▶ [Prompt] The expected output is each line below containing "normal", copied in full.
───── Source records ─────
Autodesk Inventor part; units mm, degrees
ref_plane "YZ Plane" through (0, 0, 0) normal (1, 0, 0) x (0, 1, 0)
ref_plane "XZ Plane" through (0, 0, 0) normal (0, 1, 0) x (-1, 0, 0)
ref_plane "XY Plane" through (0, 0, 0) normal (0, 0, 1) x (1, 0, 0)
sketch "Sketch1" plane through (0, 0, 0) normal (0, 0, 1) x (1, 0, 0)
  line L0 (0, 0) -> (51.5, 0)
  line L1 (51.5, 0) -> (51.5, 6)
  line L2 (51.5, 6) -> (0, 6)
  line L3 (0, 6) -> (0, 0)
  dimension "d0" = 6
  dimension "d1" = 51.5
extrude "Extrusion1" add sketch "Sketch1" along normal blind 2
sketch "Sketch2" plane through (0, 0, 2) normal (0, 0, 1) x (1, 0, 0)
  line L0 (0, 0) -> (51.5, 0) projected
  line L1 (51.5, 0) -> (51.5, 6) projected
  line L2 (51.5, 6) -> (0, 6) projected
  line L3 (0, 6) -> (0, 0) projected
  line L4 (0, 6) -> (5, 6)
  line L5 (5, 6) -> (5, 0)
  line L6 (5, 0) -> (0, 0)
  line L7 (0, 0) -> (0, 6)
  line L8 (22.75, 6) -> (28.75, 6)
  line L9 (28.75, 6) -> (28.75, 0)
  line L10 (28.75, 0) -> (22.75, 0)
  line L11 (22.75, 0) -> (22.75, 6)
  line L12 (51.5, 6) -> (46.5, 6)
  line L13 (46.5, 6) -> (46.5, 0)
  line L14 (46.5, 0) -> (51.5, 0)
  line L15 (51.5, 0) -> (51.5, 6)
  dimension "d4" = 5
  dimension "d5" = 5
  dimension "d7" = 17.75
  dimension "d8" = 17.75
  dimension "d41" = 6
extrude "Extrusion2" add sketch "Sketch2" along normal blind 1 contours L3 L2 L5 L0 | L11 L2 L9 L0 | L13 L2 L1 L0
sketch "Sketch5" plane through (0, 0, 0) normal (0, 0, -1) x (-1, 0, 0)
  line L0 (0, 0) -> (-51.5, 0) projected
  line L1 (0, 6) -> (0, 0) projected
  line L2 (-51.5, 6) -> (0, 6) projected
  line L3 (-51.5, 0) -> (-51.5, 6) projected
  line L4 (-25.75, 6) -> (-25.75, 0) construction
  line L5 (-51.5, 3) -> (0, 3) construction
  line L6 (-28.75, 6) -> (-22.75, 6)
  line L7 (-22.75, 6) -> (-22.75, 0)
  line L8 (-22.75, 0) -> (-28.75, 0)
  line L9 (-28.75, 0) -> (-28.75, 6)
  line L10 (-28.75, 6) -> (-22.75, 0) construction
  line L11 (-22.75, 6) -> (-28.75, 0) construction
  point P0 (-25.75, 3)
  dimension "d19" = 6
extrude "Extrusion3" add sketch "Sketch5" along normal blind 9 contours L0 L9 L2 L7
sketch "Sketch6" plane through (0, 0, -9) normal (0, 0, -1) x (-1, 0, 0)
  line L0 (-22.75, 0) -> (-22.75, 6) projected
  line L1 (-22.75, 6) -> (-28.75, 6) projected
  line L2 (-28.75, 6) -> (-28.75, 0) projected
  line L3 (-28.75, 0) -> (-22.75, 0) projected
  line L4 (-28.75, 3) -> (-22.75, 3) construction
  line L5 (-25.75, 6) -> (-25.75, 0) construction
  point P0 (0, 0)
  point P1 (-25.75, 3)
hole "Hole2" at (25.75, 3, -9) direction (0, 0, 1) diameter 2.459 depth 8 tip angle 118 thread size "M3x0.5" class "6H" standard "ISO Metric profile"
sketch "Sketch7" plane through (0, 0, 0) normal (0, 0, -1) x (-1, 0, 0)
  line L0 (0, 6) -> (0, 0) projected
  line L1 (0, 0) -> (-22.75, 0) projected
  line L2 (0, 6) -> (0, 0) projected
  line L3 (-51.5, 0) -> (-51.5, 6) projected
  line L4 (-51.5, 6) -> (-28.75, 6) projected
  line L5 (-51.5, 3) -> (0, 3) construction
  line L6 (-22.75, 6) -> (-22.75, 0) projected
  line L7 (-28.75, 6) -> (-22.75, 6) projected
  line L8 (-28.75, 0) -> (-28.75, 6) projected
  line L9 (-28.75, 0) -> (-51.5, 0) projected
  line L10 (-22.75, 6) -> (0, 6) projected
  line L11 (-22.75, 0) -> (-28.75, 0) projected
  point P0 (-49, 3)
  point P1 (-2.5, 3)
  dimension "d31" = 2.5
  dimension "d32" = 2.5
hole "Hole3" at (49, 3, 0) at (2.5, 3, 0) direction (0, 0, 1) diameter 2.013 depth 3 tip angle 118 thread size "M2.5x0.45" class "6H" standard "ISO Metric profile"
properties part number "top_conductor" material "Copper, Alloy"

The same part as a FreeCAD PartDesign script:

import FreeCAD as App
import Part
import Sketcher
from FreeCAD import Vector
Q = App.Units.Quantity

doc = App.newDocument("Part")
body = doc.addObject("PartDesign::Body", "Body")

# Sketch on XY plane
sketch1 = body.newObject("Sketcher::SketchObject", "Sketch")
sketch1.AttachmentSupport = (doc.getObject("XY_Plane"), [""])
sketch1.MapMode = "FlatFace"
sketch1.addGeometry([
    Part.LineSegment(Vector(0, 6, 0), Vector(0, 0, 0)),
    Part.LineSegment(Vector(0, 0, 0), Vector(51.5, 0, 0)),
    Part.LineSegment(Vector(51.5, 0, 0), Vector(51.5, 6, 0)),
    Part.LineSegment(Vector(51.5, 6, 0), Vector(0, 6, 0)),
], False)
sketch1.addConstraint([
    Sketcher.Constraint("Coincident", 0, 2, 1, 1),
    Sketcher.Constraint("Coincident", 1, 2, 2, 1),
    Sketcher.Constraint("Coincident", 2, 2, 3, 1),
    Sketcher.Constraint("Coincident", 3, 2, 0, 1),
    Sketcher.Constraint("Vertical", 0),
    Sketcher.Constraint("Horizontal", 1),
    Sketcher.Constraint("Vertical", 2),
    Sketcher.Constraint("Horizontal", 3),
    Sketcher.Constraint("Coincident", 0, 2, -1, 1),
    Sketcher.Constraint("DistanceY", 0, 2, 0, 1, Q("6 mm")),
    Sketcher.Constraint("DistanceX", 1, 1, 1, 2, Q("51.5 mm")),
])
pad1 = body.newObject("PartDesign::Pad", "Pad")
pad1.Profile = sketch1
pad1.Length = 2

# Sketch on XY plane
sketch2 = body.newObject("Sketcher::SketchObject", "Sketch001")
sketch2.AttachmentSupport = (doc.getObject("XY_Plane"), [""])
sketch2.MapMode = "FlatFace"
sketch2.AttachmentOffset = App.Placement(Vector(0, 0, 2), App.Rotation())
sketch2.addGeometry([
    Part.LineSegment(Vector(0, 6, 0), Vector(0, 0, 0)),  # 0
    Part.LineSegment(Vector(0, 0, 0), Vector(5, 0, 0)),  # 1
    Part.LineSegment(Vector(5, 0, 0), Vector(5, 6, 0)),  # 2
    Part.LineSegment(Vector(5, 6, 0), Vector(0, 6, 0)),  # 3
    Part.LineSegment(Vector(22.75, 6, 0), Vector(22.75, 0, 0)),  # 4
    Part.LineSegment(Vector(22.75, 0, 0), Vector(28.75, 0, 0)),  # 5
    Part.LineSegment(Vector(28.75, 0, 0), Vector(28.75, 6, 0)),  # 6
    Part.LineSegment(Vector(28.75, 6, 0), Vector(22.75, 6, 0)),  # 7
    Part.LineSegment(Vector(46.5, 6, 0), Vector(46.5, 0, 0)),  # 8
    Part.LineSegment(Vector(46.5, 0, 0), Vector(51.5, 0, 0)),  # 9
    Part.LineSegment(Vector(51.5, 0, 0), Vector(51.5, 6, 0)),  # 10
    Part.LineSegment(Vector(51.5, 6, 0), Vector(46.5, 6, 0)),  # 11
], False)
sketch2.addConstraint([
    Sketcher.Constraint("Coincident", 0, 2, 1, 1),
    Sketcher.Constraint("Coincident", 1, 2, 2, 1),
    Sketcher.Constraint("Coincident", 2, 2, 3, 1),
    Sketcher.Constraint("Coincident", 3, 2, 0, 1),
    Sketcher.Constraint("Coincident", 4, 2, 5, 1),
    Sketcher.Constraint("Coincident", 5, 2, 6, 1),
    Sketcher.Constraint("Coincident", 6, 2, 7, 1),
    Sketcher.Constraint("Coincident", 7, 2, 4, 1),
    Sketcher.Constraint("Coincident", 8, 2, 9, 1),
    Sketcher.Constraint("Coincident", 9, 2, 10, 1),
    Sketcher.Constraint("Coincident", 10, 2, 11, 1),
    Sketcher.Constraint("Coincident", 11, 2, 8, 1),
    Sketcher.Constraint("Vertical", 0),
    Sketcher.Constraint("Horizontal", 1),
    Sketcher.Constraint("Vertical", 2),
    Sketcher.Constraint("Horizontal", 3),
    Sketcher.Constraint("Vertical", 4),
    Sketcher.Constraint("Horizontal", 5),
    Sketcher.Constraint("Vertical", 6),
    Sketcher.Constraint("Horizontal", 7),
    Sketcher.Constraint("Vertical", 8),
    Sketcher.Constraint("Horizontal", 9),
    Sketcher.Constraint("Vertical", 10),
    Sketcher.Constraint("Horizontal", 11),
    Sketcher.Constraint("Coincident", 0, 2, -1, 1),
    Sketcher.Constraint("PointOnObject", 4, 2, -1),
    Sketcher.Constraint("PointOnObject", 8, 2, -1),
    Sketcher.Constraint("Horizontal", 3, 2, 6, 2),
    Sketcher.Constraint("Horizontal", 7, 2, 10, 2),
    Sketcher.Constraint("Equal", 3, 9),
    Sketcher.Constraint("Equal", 7, 0),
    Sketcher.Constraint("DistanceX", 1, 1, 1, 2, Q("5 mm")),
    Sketcher.Constraint("DistanceX", 5, 1, 5, 2, Q("6 mm")),
    Sketcher.Constraint("DistanceX", 1, 2, 4, 2, Q("17.75 mm")),
    Sketcher.Constraint("DistanceX", 5, 2, 8, 2, Q("17.75 mm")),
])
pad2 = body.newObject("PartDesign::Pad", "Pad001")
pad2.Profile = sketch2
pad2.Length = 1

# Sketch on XY plane
sketch3 = body.newObject("Sketcher::SketchObject", "Sketch002")
sketch3.AttachmentSupport = (doc.getObject("XY_Plane"), [""])
sketch3.MapMode = "FlatFace"
sketch3.addGeometry([
    Part.LineSegment(Vector(28.75, 0, 0), Vector(22.75, 0, 0)),
    Part.LineSegment(Vector(22.75, 0, 0), Vector(22.75, 6, 0)),
    Part.LineSegment(Vector(22.75, 6, 0), Vector(28.75, 6, 0)),
    Part.LineSegment(Vector(28.75, 6, 0), Vector(28.75, 0, 0)),
], False)
sketch3.addConstraint([
    Sketcher.Constraint("Coincident", 0, 2, 1, 1),
    Sketcher.Constraint("Coincident", 1, 2, 2, 1),
    Sketcher.Constraint("Coincident", 2, 2, 3, 1),
    Sketcher.Constraint("Coincident", 3, 2, 0, 1),
    Sketcher.Constraint("Horizontal", 0),
    Sketcher.Constraint("Vertical", 1),
    Sketcher.Constraint("Horizontal", 2),
    Sketcher.Constraint("Vertical", 3),
    Sketcher.Constraint("PointOnObject", 0, 2, -1),
    Sketcher.Constraint("Equal", 2, 1),
    Sketcher.Constraint("DistanceX", 0, 2, 0, 1, Q("6 mm")),
    Sketcher.Constraint("DistanceX", -1, 1, 0, 2, Q("22.75 mm")),
])
pad3 = body.newObject("PartDesign::Pad", "Pad002")
pad3.Profile = sketch3
pad3.Length = 9
pad3.Reversed = True

# Sketch on XY plane
sketch4 = body.newObject("Sketcher::SketchObject", "Sketch003")
sketch4.AttachmentSupport = (doc.getObject("XY_Plane"), [""])
sketch4.MapMode = "FlatFace"
sketch4.AttachmentOffset = App.Placement(Vector(0, 0, -9), App.Rotation())
sketch4.addGeometry(Part.Circle(Vector(25.75, 3, 0), Vector(0, 0, 1), 1.2295), False)
sketch4.addConstraint([
    Sketcher.Constraint("Diameter", 0, Q("2.459 mm")),
    Sketcher.Constraint("DistanceY", -1, 1, 0, 3, Q("3 mm")),
    Sketcher.Constraint("DistanceX", -1, 1, 0, 3, Q("25.75 mm")),
])
doc.recompute()
hole = body.newObject("PartDesign::Hole", "Hole")
hole.Profile = sketch4
hole.ThreadType = "None"
hole.Diameter = 2.459
hole.DepthType = "Dimension"
hole.Depth = 8
hole.DrillPoint = "Angled"
hole.DrillPointAngle = 118
hole.Reversed = True

# Sketch on XY plane
sketch5 = body.newObject("Sketcher::SketchObject", "Sketch004")
sketch5.AttachmentSupport = (doc.getObject("XY_Plane"), [""])
sketch5.MapMode = "FlatFace"
sketch5.addGeometry([
    Part.Circle(Vector(49, 3, 0), Vector(0, 0, 1), 1.0065),
    Part.Circle(Vector(2.5, 3, 0), Vector(0, 0, 1), 1.0065),
], False)
sketch5.addConstraint([
    Sketcher.Constraint("Equal", 0, 1),
    Sketcher.Constraint("Horizontal", 0, 3, 1, 3),
    Sketcher.Constraint("Diameter", 0, Q("2.013 mm")),
    Sketcher.Constraint("DistanceX", -1, 1, 0, 3, Q("49 mm")),
    Sketcher.Constraint("DistanceY", -1, 1, 0, 3, Q("3 mm")),
    Sketcher.Constraint("DistanceX", -1, 1, 1, 3, Q("2.5 mm")),
])
doc.recompute()
hole2 = body.newObject("PartDesign::Hole", "Hole001")
hole2.Profile = sketch5
hole2.ThreadType = "None"
hole2.Diameter = 2.013
hole2.DepthType = "Dimension"
hole2.Depth = 3
hole2.DrillPoint = "Angled"
hole2.DrillPointAngle = 118
hole2.Reversed = True

doc.recompute()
─────
▶ [Written solution]
ref_plane "YZ Plane" through (0, 0, 0) normal (1, 0, 0) x (0, 1, 0)
ref_plane "XZ Plane" through (0, 0, 0) normal (0, 1, 0) x (-1, 0, 0)
ref_plane "XY Plane" through (0, 0, 0) normal (0, 0, 1) x (1, 0, 0)
sketch "Sketch1" plane through (0, 0, 0) normal (0, 0, 1) x (1, 0, 0)
extrude "Extrusion1" add sketch "Sketch1" along normal blind 2
sketch "Sketch2" plane through (0, 0, 2) normal (0, 0, 1) x (1, 0, 0)
extrude "Extrusion2" add sketch "Sketch2" along normal blind 1 contours L3 L2 L5 L0 | L11 L2 L9 L0 | L13 L2 L1 L0
sketch "Sketch5" plane through (0, 0, 0) normal (0, 0, -1) x (-1, 0, 0)
extrude "Extrusion3" add sketch "Sketch5" along normal blind 9 contours L0 L9 L2 L7
sketch "Sketch6" plane through (0, 0, -9) normal (0, 0, -1) x (-1, 0, 0)
sketch "Sketch7" plane through (0, 0, 0) normal (0, 0, -1) x (-1, 0, 0)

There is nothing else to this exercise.